### What to work on
Restrict the output to the lines below starting at the one that contains "v -10.964 23.299 0.134" and ending at the one that contains "v -23.477 9.295 1", and restate them word for word, both ends included.

Top of Data excerpts

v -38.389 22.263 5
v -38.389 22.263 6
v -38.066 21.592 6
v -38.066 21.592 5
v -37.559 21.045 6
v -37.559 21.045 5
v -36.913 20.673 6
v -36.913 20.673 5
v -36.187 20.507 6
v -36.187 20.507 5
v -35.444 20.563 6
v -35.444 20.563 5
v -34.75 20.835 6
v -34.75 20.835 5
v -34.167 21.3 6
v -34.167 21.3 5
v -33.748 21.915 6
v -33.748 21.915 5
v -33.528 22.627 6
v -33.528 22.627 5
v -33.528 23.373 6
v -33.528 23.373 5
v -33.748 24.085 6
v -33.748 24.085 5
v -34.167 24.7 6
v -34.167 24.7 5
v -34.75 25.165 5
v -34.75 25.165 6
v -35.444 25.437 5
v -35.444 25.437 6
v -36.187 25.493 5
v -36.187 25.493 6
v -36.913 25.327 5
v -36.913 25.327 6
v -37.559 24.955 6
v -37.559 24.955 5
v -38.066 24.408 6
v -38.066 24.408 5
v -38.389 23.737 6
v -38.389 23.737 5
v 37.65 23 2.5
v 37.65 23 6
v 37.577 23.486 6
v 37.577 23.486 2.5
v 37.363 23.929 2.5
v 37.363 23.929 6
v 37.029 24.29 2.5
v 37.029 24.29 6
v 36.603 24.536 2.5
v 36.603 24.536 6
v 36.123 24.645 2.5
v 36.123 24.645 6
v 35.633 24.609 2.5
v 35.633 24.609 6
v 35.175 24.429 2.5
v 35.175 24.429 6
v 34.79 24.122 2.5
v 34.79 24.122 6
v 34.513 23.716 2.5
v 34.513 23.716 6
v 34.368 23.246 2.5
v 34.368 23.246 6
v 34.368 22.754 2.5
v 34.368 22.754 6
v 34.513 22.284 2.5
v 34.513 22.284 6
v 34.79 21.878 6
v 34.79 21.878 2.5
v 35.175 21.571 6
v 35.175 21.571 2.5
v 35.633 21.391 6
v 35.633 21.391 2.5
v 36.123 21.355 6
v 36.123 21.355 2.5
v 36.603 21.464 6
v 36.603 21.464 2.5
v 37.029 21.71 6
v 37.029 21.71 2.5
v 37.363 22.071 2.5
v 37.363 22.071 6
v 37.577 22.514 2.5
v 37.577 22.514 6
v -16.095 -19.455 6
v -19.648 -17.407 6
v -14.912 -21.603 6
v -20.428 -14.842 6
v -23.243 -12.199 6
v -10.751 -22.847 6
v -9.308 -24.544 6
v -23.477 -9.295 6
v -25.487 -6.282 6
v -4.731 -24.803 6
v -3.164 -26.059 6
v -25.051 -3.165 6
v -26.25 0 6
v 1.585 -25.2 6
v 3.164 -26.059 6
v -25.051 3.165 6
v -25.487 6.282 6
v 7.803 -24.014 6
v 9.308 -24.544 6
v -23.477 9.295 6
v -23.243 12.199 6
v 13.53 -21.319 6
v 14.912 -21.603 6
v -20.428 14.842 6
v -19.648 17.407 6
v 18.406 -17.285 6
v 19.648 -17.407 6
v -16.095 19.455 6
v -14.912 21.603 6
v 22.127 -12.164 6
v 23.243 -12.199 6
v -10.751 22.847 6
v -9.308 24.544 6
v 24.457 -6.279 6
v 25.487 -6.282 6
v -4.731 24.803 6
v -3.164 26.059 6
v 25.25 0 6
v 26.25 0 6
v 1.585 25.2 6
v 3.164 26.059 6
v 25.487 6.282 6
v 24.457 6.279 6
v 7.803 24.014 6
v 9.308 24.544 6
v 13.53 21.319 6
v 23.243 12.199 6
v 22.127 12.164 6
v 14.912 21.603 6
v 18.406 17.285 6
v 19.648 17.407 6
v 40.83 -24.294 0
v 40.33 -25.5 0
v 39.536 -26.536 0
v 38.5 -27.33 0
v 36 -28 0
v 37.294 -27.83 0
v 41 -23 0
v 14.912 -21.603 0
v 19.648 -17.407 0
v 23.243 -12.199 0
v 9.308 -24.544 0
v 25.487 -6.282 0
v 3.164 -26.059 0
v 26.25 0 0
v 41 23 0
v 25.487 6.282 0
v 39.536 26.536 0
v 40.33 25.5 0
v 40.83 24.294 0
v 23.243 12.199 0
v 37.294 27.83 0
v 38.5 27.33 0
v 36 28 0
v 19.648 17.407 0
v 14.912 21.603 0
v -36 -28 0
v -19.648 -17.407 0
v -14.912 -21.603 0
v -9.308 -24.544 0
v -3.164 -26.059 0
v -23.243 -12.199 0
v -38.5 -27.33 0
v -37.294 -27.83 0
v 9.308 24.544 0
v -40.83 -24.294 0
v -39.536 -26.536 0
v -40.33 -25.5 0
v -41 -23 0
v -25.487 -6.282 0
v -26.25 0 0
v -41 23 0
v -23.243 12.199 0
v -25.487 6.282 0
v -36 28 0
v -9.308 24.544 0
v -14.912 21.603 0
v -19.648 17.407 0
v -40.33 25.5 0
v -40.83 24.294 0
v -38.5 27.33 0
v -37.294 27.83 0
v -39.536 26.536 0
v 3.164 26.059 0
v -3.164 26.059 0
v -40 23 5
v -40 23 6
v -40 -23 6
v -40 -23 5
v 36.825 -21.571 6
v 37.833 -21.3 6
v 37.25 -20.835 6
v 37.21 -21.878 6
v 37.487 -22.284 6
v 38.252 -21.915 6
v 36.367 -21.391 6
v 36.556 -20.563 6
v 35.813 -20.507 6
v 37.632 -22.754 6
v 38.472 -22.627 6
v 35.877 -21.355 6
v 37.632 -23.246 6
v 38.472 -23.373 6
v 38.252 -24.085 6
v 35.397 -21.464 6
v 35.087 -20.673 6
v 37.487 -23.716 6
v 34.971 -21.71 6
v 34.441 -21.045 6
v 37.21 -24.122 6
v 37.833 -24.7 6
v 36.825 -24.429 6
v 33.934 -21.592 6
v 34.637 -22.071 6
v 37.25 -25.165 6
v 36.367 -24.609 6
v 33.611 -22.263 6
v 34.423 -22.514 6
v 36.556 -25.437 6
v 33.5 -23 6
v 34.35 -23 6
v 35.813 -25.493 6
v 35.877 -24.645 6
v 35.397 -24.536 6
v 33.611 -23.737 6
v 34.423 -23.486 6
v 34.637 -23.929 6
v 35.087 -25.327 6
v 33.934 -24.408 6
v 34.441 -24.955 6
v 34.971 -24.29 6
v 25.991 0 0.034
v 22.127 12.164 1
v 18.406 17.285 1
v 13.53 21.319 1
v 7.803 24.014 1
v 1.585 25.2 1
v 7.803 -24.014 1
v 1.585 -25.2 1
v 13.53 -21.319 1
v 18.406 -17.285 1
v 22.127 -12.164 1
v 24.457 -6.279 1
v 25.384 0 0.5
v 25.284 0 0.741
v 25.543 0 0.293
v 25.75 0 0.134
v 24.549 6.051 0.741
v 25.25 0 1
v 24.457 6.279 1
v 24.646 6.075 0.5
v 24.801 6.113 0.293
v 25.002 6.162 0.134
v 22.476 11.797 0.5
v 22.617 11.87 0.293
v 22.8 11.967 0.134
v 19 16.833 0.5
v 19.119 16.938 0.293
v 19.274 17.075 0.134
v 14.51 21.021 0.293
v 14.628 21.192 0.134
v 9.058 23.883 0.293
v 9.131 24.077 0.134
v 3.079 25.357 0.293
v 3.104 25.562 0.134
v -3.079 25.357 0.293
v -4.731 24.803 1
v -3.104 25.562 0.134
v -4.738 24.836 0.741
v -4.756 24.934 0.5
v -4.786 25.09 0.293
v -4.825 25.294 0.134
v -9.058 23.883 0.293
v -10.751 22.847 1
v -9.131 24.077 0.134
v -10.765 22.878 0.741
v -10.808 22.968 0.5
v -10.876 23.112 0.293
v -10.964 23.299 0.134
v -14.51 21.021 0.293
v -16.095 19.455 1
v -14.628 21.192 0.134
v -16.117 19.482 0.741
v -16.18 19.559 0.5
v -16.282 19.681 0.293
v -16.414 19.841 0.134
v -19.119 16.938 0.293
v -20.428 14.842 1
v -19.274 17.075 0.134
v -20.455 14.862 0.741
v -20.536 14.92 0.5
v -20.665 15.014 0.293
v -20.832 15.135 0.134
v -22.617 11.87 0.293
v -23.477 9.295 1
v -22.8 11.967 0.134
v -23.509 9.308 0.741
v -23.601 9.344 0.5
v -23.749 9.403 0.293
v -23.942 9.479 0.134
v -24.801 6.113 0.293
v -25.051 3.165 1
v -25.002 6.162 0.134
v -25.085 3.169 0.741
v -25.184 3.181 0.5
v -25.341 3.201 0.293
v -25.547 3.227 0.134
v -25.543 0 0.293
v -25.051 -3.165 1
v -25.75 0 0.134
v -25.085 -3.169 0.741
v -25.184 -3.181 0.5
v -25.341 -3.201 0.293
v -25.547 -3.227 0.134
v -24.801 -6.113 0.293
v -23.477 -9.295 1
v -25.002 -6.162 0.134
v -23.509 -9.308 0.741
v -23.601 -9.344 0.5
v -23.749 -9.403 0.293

Bottom of Data excerpts

### Answer to the exercise
v -10.964 23.299 0.134
v -14.51 21.021 0.293
v -16.095 19.455 1
v -14.628 21.192 0.134
v -16.117 19.482 0.741
v -16.18 19.559 0.5
v -16.282 19.681 0.293
v -16.414 19.841 0.134
v -19.119 16.938 0.293
v -20.428 14.842 1
v -19.274 17.075 0.134
v -20.455 14.862 0.741
v -20.536 14.92 0.5
v -20.665 15.014 0.293
v -20.832 15.135 0.134
v -22.617 11.87 0.293
v -23.477 9.295 1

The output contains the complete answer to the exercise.